What needs to be done> Somewhere below is a line with "#113=ORIENTED_EDGE('',*,*,#112,.F.);" and, later, a line with "#145=ORIENTED_EDGE('',*,*,#144,.T.);"; repeat those two lines and all the lines between them, exactly as they are.

——

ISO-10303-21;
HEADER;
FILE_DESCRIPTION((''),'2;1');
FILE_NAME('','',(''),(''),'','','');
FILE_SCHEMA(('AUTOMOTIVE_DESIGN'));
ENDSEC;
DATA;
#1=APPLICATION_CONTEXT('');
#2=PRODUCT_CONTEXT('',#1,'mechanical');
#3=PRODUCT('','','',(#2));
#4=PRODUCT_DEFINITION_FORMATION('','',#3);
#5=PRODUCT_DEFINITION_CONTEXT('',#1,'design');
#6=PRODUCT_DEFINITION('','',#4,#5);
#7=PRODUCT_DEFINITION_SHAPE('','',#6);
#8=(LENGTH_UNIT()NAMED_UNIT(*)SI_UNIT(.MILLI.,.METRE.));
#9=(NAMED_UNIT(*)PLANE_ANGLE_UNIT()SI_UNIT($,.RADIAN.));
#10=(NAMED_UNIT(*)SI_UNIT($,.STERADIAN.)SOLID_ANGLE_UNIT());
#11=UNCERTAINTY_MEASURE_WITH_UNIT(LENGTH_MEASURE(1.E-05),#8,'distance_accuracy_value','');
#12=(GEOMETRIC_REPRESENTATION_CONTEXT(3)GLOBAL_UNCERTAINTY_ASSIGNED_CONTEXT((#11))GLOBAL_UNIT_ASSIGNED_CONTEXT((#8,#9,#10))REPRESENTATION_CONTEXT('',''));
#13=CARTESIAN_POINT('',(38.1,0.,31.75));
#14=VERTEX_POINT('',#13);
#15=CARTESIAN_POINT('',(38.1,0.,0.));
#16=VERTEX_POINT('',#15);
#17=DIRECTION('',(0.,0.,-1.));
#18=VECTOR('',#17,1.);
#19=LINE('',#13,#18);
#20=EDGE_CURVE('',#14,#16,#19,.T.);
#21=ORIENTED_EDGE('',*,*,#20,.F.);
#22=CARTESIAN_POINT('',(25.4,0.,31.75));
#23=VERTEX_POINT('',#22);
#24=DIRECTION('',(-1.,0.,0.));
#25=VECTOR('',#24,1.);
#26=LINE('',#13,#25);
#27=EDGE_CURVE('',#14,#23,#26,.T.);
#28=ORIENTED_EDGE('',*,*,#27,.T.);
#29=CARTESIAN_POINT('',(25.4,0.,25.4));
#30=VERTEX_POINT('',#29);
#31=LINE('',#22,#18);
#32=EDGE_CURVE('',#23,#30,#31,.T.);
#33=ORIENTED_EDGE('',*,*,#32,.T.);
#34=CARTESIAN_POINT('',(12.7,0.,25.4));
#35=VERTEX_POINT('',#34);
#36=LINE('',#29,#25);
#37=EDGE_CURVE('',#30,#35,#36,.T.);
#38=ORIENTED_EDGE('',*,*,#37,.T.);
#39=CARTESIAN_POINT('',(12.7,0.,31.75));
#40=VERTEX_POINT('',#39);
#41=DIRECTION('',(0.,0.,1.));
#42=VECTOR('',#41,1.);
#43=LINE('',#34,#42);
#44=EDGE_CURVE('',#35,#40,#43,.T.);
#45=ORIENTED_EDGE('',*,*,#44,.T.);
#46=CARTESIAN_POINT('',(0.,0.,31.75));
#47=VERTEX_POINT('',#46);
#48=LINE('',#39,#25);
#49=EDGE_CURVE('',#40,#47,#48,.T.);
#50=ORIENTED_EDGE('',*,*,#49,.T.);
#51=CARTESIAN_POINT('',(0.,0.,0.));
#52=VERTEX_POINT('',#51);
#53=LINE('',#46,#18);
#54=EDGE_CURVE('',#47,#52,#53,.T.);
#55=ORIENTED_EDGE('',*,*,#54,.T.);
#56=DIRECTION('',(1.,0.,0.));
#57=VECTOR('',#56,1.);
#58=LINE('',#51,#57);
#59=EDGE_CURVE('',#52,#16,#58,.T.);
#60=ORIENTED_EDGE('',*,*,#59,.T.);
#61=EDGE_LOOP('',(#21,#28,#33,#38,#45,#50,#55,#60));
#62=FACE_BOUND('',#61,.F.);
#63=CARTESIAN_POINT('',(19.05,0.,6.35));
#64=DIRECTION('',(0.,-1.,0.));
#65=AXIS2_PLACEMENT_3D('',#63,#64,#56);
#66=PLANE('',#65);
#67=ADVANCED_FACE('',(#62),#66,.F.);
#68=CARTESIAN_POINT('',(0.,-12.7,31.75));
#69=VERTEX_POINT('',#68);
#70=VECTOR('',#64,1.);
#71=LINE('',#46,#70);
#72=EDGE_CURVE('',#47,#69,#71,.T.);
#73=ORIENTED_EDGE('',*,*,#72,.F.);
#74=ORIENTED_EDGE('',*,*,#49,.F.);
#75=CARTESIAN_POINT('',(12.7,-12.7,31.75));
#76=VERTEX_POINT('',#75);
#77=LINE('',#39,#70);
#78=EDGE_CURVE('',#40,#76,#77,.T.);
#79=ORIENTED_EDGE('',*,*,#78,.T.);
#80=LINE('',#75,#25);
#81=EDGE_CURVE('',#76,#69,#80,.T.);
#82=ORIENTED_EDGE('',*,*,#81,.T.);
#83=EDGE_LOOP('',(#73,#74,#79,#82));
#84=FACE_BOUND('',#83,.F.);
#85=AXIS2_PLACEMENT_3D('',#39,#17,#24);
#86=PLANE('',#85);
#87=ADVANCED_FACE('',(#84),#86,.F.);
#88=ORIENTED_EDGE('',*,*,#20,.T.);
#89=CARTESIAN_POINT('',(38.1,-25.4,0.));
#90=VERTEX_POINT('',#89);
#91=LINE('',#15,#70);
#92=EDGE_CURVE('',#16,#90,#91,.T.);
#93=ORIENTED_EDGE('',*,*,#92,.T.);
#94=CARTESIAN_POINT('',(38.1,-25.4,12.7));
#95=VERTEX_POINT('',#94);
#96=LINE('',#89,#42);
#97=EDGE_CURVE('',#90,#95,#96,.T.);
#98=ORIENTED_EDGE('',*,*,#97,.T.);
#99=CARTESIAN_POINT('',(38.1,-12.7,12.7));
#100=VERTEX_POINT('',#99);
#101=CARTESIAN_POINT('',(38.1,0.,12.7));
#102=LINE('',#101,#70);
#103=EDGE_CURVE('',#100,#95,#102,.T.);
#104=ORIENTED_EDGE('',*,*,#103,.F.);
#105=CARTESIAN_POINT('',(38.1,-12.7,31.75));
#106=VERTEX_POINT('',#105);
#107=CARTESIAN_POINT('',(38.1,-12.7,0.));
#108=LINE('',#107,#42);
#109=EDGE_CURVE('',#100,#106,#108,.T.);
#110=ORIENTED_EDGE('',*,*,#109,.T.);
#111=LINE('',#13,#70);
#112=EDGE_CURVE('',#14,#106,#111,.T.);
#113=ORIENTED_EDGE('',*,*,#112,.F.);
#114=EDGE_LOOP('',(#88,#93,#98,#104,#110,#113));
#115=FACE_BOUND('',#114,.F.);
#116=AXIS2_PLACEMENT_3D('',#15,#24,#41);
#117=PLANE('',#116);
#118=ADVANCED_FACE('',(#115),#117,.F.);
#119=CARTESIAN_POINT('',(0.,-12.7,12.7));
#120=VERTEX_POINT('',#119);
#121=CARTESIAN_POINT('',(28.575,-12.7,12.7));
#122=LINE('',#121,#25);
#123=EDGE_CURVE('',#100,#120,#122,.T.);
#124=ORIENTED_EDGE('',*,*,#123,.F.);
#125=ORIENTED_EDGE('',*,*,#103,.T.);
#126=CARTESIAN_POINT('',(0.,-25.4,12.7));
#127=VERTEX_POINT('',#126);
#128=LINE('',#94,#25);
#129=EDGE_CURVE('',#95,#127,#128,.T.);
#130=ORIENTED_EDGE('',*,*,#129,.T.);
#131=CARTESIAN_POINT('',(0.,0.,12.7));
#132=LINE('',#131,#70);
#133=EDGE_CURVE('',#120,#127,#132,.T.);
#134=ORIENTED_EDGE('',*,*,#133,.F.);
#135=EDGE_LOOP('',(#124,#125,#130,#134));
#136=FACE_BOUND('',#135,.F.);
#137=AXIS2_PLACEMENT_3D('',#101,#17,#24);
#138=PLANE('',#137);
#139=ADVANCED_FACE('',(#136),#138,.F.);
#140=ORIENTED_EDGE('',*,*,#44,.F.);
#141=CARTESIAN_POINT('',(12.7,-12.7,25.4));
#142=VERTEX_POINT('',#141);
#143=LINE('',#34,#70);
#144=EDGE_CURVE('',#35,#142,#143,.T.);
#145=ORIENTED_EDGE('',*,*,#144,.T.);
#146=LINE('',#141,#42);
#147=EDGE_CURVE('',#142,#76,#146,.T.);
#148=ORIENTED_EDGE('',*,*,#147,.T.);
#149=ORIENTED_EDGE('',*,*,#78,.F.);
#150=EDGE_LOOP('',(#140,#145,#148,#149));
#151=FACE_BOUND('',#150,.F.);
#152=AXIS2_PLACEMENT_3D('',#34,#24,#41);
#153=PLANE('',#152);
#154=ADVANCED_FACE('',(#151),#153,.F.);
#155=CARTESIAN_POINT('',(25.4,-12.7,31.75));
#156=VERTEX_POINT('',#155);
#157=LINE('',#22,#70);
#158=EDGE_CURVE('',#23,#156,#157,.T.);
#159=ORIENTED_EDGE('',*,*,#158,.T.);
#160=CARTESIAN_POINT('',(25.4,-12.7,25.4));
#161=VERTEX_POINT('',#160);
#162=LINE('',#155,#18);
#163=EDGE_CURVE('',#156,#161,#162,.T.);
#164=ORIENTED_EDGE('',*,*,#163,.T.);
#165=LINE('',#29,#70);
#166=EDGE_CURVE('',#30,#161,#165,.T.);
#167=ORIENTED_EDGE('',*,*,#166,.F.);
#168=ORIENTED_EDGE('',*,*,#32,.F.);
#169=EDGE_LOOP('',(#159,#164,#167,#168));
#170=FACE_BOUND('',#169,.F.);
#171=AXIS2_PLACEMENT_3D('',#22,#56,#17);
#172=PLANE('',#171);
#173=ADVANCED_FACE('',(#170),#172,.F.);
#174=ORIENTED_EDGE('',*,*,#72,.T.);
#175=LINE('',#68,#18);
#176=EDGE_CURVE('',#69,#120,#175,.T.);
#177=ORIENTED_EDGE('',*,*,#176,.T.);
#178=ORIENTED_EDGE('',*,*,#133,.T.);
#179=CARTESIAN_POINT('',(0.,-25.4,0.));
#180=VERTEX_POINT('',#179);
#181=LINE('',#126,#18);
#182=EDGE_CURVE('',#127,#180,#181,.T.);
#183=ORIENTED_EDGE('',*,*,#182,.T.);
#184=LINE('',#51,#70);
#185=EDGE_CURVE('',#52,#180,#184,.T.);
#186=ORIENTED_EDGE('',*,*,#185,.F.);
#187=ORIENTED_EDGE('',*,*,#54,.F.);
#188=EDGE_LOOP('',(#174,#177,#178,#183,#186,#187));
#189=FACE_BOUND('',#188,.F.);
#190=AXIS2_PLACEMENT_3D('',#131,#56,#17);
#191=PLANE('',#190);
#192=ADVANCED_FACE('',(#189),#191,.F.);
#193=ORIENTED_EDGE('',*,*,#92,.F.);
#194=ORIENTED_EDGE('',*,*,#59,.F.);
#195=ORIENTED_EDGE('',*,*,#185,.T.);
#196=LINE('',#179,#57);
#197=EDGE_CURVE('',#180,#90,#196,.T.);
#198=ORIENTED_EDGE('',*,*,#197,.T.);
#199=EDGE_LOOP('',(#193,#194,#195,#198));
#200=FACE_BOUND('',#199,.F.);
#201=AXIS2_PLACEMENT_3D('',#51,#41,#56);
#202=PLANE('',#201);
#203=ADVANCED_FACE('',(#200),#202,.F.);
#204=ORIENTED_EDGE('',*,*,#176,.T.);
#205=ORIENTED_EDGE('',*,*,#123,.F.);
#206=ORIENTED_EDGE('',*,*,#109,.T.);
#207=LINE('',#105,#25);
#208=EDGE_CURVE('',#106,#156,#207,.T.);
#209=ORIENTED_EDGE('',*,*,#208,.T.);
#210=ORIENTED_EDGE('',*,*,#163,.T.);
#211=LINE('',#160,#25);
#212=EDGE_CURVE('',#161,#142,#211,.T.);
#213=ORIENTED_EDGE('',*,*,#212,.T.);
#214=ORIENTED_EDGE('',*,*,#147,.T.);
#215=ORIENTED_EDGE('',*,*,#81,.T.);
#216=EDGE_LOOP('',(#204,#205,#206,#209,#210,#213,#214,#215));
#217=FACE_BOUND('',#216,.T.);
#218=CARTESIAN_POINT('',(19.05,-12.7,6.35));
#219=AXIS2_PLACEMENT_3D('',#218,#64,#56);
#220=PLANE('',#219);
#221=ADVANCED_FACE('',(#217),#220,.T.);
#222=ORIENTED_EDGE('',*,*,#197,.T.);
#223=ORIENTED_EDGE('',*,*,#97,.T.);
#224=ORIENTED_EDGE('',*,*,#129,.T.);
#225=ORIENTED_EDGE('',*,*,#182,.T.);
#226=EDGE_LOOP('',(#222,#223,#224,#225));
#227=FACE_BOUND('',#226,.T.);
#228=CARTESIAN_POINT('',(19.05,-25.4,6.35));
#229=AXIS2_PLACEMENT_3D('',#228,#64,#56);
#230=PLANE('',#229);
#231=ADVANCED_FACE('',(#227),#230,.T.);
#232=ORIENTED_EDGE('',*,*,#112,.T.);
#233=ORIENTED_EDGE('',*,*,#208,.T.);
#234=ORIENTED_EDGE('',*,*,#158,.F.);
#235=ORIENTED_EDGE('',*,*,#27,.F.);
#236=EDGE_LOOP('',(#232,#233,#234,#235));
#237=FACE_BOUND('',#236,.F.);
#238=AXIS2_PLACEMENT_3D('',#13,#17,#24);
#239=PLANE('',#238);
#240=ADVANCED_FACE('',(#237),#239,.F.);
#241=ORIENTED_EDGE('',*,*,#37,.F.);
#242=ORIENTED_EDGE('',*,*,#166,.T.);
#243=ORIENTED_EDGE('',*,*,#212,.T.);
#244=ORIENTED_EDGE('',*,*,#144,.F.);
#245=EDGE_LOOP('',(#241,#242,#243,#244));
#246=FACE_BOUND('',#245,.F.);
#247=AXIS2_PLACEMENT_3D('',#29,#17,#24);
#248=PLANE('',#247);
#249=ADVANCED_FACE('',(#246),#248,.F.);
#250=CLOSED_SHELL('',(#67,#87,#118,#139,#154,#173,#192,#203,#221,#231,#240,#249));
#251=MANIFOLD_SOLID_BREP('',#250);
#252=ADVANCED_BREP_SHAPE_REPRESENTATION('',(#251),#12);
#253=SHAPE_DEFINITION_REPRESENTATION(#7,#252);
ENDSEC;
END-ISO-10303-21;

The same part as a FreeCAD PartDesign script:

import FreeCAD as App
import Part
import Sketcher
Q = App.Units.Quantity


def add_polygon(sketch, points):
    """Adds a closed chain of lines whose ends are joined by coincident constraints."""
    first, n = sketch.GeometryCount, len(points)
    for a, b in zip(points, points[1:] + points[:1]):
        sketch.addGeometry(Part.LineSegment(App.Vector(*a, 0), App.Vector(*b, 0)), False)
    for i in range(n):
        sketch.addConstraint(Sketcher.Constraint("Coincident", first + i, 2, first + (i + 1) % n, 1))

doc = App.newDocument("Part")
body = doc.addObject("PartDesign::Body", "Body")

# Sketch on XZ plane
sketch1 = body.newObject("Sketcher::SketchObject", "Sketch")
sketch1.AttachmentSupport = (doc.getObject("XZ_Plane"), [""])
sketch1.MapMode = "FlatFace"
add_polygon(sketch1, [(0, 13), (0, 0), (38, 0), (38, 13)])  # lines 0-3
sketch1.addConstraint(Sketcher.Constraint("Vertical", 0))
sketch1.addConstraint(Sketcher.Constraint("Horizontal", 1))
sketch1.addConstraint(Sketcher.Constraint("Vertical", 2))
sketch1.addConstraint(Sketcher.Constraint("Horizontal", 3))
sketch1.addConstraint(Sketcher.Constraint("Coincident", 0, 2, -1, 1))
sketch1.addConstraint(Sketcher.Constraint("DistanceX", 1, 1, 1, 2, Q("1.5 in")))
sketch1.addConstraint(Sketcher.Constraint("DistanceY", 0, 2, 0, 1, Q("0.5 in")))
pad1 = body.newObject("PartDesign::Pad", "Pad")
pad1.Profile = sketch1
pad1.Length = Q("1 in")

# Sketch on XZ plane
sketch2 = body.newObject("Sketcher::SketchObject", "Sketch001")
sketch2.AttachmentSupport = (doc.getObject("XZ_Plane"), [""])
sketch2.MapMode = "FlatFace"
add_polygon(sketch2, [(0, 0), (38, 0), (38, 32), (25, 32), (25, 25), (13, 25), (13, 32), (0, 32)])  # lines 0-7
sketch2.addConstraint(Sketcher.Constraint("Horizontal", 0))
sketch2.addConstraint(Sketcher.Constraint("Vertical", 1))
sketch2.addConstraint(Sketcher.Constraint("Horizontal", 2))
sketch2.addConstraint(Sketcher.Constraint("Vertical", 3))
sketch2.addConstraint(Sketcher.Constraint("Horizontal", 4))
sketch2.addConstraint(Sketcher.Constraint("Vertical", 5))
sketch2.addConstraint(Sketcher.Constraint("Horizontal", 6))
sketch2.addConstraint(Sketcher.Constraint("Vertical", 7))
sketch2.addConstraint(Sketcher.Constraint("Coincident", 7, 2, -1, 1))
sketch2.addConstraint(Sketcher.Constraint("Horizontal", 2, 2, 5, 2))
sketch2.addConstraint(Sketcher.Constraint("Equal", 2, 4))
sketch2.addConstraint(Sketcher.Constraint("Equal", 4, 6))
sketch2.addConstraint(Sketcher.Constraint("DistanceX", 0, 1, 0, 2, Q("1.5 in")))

——

The completed task>
#113=ORIENTED_EDGE('',*,*,#112,.F.);
#114=EDGE_LOOP('',(#88,#93,#98,#104,#110,#113));
#115=FACE_BOUND('',#114,.F.);
#116=AXIS2_PLACEMENT_3D('',#15,#24,#41);
#117=PLANE('',#116);
#118=ADVANCED_FACE('',(#115),#117,.F.);
#119=CARTESIAN_POINT('',(0.,-12.7,12.7));
#120=VERTEX_POINT('',#119);
#121=CARTESIAN_POINT('',(28.575,-12.7,12.7));
#122=LINE('',#121,#25);
#123=EDGE_CURVE('',#100,#120,#122,.T.);
#124=ORIENTED_EDGE('',*,*,#123,.F.);
#125=ORIENTED_EDGE('',*,*,#103,.T.);
#126=CARTESIAN_POINT('',(0.,-25.4,12.7));
#127=VERTEX_POINT('',#126);
#128=LINE('',#94,#25);
#129=EDGE_CURVE('',#95,#127,#128,.T.);
#130=ORIENTED_EDGE('',*,*,#129,.T.);
#131=CARTESIAN_POINT('',(0.,0.,12.7));
#132=LINE('',#131,#70);
#133=EDGE_CURVE('',#120,#127,#132,.T.);
#134=ORIENTED_EDGE('',*,*,#133,.F.);
#135=EDGE_LOOP('',(#124,#125,#130,#134));
#136=FACE_BOUND('',#135,.F.);
#137=AXIS2_PLACEMENT_3D('',#101,#17,#24);
#138=PLANE('',#137);
#139=ADVANCED_FACE('',(#136),#138,.F.);
#140=ORIENTED_EDGE('',*,*,#44,.F.);
#141=CARTESIAN_POINT('',(12.7,-12.7,25.4));
#142=VERTEX_POINT('',#141);
#143=LINE('',#34,#70);
#144=EDGE_CURVE('',#35,#142,#143,.T.);
#145=ORIENTED_EDGE('',*,*,#144,.T.);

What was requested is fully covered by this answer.